I’ve been thinking out loud with my friend Mallory, and here’s what is finally settling in my heart. I’ve heard these things before, but it’s finally making sense.
In Dating Delilah, Pastor Judah says, “Guys, has the woman you are considering marrying put her life on hold in search of a man who can bring her definition and direction? I didn’t marry that kind of woman. I knew that Chelsea was going to change the world whether I married her or not and I wanted to join her team. You have to understand that you individually have a purpose outside of a relationship with another person. God has a plan just for you!”
…Isn’t that sweet?
I finally get it! My plan for my future can’t be, “I want to get married and be a missionary.” Yes, I would love for that to happen, but I need to be seeking what God wants me to do, and not let my future be dependent on getting married. Maybe God wants me to be single for the rest of my life. Yikes. That’s a terrifying thought! But my point is, I need to be ok with that if it’s God’s plan.
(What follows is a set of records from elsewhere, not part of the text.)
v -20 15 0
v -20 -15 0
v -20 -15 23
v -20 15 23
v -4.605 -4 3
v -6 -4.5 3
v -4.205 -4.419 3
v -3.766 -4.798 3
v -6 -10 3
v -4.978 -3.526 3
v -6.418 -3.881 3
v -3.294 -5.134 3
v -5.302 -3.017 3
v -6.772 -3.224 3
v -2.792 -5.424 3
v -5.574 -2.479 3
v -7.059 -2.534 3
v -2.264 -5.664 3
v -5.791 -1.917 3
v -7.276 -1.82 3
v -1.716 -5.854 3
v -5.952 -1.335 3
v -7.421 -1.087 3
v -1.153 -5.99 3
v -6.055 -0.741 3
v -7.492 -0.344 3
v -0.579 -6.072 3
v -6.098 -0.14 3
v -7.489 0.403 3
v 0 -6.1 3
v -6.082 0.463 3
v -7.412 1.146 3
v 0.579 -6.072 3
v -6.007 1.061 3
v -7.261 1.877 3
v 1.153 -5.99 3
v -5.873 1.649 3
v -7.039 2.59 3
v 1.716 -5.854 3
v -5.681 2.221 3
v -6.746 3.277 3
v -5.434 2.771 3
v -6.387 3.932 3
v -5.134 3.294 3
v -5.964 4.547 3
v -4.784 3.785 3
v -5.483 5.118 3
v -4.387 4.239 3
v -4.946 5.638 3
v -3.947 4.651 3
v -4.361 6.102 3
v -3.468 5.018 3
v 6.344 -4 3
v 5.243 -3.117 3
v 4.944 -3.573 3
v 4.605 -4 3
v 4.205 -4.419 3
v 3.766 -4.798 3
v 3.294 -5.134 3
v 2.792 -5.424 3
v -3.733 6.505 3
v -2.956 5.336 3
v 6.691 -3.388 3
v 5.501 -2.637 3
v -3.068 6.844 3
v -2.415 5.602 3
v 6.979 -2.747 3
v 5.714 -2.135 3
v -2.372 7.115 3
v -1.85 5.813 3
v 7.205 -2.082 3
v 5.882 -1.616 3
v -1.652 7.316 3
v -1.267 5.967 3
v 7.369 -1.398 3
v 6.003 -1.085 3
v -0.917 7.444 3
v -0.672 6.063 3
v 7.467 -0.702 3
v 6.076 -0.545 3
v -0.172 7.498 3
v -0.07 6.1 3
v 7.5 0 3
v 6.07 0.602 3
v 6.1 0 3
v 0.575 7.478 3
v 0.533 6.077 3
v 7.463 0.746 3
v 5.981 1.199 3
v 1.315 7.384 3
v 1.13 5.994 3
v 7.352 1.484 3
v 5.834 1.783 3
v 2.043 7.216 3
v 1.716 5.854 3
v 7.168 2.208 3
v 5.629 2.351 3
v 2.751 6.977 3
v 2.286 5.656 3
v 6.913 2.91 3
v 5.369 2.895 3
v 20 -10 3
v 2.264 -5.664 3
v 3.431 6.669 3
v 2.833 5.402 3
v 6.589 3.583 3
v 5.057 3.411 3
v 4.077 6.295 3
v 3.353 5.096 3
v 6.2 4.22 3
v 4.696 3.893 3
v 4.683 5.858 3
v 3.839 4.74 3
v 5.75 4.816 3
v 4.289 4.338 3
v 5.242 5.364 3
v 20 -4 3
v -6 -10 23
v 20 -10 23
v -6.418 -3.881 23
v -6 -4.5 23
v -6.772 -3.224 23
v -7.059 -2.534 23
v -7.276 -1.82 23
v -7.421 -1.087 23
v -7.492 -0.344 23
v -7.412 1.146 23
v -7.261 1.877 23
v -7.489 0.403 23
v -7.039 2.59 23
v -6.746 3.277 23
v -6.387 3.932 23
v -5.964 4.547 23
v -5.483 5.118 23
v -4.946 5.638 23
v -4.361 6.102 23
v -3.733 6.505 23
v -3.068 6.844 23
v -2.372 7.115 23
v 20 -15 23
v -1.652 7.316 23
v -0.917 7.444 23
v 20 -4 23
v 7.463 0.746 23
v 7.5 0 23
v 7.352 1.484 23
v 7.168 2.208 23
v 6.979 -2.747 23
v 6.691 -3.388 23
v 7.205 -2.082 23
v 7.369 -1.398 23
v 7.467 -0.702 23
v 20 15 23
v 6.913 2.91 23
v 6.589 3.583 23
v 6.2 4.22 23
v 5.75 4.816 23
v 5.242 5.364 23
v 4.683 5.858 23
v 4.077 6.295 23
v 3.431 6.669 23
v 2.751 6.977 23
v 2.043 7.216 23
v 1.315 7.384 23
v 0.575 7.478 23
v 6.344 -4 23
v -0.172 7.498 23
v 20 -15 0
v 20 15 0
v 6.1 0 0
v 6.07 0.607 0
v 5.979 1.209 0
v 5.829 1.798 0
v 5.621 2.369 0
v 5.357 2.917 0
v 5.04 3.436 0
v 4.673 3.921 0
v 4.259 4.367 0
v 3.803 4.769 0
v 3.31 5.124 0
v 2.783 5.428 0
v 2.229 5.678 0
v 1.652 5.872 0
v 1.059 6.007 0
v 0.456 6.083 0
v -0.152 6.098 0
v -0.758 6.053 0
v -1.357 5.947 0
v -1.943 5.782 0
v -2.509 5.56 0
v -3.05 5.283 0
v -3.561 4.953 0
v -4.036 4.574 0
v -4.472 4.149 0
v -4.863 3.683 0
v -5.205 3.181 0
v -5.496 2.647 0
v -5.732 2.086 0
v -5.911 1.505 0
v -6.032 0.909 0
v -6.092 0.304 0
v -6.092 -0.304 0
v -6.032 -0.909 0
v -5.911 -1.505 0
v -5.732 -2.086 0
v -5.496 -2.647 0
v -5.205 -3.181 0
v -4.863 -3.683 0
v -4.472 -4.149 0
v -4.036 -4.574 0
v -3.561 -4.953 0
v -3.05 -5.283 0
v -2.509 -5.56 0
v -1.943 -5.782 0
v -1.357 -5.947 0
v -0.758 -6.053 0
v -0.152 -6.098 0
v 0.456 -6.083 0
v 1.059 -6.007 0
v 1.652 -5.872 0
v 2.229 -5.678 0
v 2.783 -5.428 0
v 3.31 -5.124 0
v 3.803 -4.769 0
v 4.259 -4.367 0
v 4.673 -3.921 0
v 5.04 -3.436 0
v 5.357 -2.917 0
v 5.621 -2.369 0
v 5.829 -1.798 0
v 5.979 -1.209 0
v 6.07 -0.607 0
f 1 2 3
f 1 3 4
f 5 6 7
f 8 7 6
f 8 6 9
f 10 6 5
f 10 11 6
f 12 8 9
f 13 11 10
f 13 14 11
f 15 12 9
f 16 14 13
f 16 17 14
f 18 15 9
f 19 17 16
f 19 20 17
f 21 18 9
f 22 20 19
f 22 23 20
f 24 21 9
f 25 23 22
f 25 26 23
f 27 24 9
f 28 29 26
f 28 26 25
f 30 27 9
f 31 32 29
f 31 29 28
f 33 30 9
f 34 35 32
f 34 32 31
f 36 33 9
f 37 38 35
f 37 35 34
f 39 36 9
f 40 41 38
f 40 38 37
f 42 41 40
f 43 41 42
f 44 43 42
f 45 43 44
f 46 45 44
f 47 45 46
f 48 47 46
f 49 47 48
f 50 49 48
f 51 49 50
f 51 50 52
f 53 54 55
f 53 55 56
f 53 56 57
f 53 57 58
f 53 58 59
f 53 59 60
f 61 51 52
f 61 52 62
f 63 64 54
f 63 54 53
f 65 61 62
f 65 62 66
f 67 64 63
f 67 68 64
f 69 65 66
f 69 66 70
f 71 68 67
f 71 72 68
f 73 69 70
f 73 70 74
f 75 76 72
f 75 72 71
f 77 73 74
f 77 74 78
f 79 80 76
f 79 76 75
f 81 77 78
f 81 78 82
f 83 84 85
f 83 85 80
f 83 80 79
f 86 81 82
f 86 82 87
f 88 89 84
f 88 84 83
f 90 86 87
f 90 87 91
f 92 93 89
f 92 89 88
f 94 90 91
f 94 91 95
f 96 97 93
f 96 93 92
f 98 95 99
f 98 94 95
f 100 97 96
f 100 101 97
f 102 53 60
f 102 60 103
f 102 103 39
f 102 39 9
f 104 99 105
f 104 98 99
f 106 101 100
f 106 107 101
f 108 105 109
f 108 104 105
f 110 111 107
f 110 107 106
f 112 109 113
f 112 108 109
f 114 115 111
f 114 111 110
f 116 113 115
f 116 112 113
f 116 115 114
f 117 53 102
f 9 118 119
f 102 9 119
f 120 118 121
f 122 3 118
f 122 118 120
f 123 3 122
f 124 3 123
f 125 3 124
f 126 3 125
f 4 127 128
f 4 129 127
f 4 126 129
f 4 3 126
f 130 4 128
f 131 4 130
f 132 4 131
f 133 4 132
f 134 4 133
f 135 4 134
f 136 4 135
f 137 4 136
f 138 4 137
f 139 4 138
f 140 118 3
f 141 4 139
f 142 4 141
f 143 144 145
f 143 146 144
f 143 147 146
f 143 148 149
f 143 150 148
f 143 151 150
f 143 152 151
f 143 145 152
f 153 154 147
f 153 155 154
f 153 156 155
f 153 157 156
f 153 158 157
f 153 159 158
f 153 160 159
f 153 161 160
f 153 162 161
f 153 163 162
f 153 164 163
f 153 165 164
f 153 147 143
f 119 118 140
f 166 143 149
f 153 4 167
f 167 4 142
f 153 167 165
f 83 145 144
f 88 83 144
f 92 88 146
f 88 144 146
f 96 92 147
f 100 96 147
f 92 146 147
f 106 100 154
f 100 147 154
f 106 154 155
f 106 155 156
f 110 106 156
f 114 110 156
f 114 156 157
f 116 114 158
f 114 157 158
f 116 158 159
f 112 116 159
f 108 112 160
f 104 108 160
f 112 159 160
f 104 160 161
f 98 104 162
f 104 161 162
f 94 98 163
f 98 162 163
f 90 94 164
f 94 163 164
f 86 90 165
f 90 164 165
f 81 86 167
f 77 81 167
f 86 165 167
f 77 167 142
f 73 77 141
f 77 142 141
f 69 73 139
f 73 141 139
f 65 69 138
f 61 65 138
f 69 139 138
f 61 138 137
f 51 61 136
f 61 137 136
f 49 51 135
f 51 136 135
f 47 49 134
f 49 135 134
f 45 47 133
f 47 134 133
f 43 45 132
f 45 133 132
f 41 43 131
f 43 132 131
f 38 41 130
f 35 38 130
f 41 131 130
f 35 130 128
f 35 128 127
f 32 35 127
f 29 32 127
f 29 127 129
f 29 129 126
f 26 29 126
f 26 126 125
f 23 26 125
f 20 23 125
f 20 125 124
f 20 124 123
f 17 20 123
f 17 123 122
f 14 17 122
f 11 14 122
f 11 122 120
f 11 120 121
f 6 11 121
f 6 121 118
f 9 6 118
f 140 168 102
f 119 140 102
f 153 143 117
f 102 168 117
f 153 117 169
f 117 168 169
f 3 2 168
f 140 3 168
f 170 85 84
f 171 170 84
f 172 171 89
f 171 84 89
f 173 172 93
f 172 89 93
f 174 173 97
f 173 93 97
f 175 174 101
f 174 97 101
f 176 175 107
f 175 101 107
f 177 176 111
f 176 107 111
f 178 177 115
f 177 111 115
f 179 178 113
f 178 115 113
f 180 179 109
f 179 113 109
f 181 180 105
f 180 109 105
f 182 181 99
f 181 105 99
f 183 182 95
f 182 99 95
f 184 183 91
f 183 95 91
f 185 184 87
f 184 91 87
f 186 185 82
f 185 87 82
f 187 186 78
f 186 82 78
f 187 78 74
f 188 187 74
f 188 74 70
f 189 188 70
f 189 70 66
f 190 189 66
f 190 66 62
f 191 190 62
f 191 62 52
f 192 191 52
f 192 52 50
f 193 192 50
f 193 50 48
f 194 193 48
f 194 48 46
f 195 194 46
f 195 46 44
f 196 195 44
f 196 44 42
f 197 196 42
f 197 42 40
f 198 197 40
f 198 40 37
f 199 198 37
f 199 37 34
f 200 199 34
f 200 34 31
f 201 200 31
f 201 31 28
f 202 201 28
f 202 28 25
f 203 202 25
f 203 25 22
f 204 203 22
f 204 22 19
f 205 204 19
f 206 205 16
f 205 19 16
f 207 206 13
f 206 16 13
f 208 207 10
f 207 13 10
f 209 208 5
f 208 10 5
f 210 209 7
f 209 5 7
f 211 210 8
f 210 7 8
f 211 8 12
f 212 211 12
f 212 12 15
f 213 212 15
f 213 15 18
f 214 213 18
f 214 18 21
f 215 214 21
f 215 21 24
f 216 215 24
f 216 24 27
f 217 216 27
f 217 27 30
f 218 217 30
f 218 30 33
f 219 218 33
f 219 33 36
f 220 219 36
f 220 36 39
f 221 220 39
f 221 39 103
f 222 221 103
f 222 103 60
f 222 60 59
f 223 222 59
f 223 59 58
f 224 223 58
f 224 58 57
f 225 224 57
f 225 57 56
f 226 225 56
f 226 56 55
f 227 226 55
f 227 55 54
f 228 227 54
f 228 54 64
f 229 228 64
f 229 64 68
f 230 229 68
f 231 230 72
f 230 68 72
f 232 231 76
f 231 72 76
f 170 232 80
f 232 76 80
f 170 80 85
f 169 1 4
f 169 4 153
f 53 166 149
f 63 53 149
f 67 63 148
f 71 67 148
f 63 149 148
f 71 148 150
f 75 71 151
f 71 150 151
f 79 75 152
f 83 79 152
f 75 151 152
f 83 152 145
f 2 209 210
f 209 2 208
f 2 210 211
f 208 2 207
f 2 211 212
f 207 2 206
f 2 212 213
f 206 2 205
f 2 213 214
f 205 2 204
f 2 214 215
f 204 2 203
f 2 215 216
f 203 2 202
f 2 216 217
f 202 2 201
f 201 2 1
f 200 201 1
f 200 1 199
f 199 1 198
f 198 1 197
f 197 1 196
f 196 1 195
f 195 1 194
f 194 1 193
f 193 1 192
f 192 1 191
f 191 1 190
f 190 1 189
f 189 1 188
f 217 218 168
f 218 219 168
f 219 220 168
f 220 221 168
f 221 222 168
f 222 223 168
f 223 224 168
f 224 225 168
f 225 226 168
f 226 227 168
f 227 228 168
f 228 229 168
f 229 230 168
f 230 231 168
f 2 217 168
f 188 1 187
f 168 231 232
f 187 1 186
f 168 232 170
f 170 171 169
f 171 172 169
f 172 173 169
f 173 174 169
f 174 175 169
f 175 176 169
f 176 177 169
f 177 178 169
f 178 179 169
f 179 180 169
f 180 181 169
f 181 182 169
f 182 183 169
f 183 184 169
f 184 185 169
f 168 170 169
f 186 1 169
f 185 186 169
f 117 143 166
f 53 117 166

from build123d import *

# Parameters (mm, degrees)
SKETCH1_W           = 40
SKETCH1_H           = 30
BOSS_EXTRUDE1_DEPTH = 23
SKETCH3_R           = 6.1
CUT_EXTRUDE1_DEPTH  = 24
CUT_EXTRUDE2_DEPTH  = 20


with BuildPart() as part:
    # Sketch1 → Boss-Extrude1 (new body)
    with BuildSketch(Plane.XY):
        Rectangle(SKETCH1_W, SKETCH1_H)
    extrude(amount=BOSS_EXTRUDE1_DEPTH)

    # Sketch3 → Cut-Extrude1 (cut, through all)
    with BuildSketch(Plane.XY.offset(23)):
        Circle(SKETCH3_R)
    extrude(amount=-CUT_EXTRUDE1_DEPTH, mode=Mode.SUBTRACT)

    # Sketch4 → Cut-Extrude2 (cut)
    with BuildSketch(Plane.XY.offset(23)):
        with BuildLine():
            Line((-6, -4.5), (-6, -4))
            Line((-6, -4), (-4.605431576, -4))
            ThreePointArc((-4.605431576, -4), (-2.135048874, 5.714154907), (6.1, 0))
            ThreePointArc((6.1, 0), (5.714154907, -2.135048874), (4.605431576, -4))
            Line((4.605431576, -4), (6.34428877, -4))
            ThreePointArc((6.34428877, -4), (7.205281597, -2.081806214), (7.5, 0))
            ThreePointArc((7.5, 0), (-2.371708245, 7.115124735), (-6, -4.5))
        make_face()
        with BuildLine():
            Line((-4.605431576, -4), (-6, -4))
            Line((-6, -4), (-6, -4.5))
            ThreePointArc((-6, -4.5), (0.303535318, -7.493855237), (6.34428877, -4))
            Line((6.34428877, -4), (4.605431576, -4))
            ThreePointArc((4.605431576, -4), (0, -6.1), (-4.605431576, -4))
        make_face()
        with BuildLine():
            ThreePointArc((6.34428877, -4), (0.303535318, -7.493855237), (-6, -4.5))
            Line((-6, -4.5), (-6, -10))
            Line((-6, -10), (20, -10))
            Line((20, -10), (20, -4))
            Line((20, -4), (6.34428877, -4))
        make_face()
    extrude(amount=-CUT_EXTRUDE2_DEPTH, mode=Mode.SUBTRACT)


solid = part.part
I want someone to come in and complete me so that we can go do amazing things for God’s kingdom together, but I think God wants me to be ok with just bringing glory to Him by myself. I need to be complete with just me and God, then maybe I can fall in love. I need to be ok with whatever God is leading me into without being dependent on having someone else there. If God is calling me to teach overseas as a missionary, I need to be able to do that without a husband in the plan.
I need to be complete with just God, with or without a man. If I find completion in God, then I will be able to let the the relationship I have with my husband complement my relationship with God. My life will still only be complete with God and not more complete with the man.
I’m letting out a huge sigh of relief. It just makes sense. Now, if only I could begin to let God complete me instead of trying everything on my own. One step at a time, right?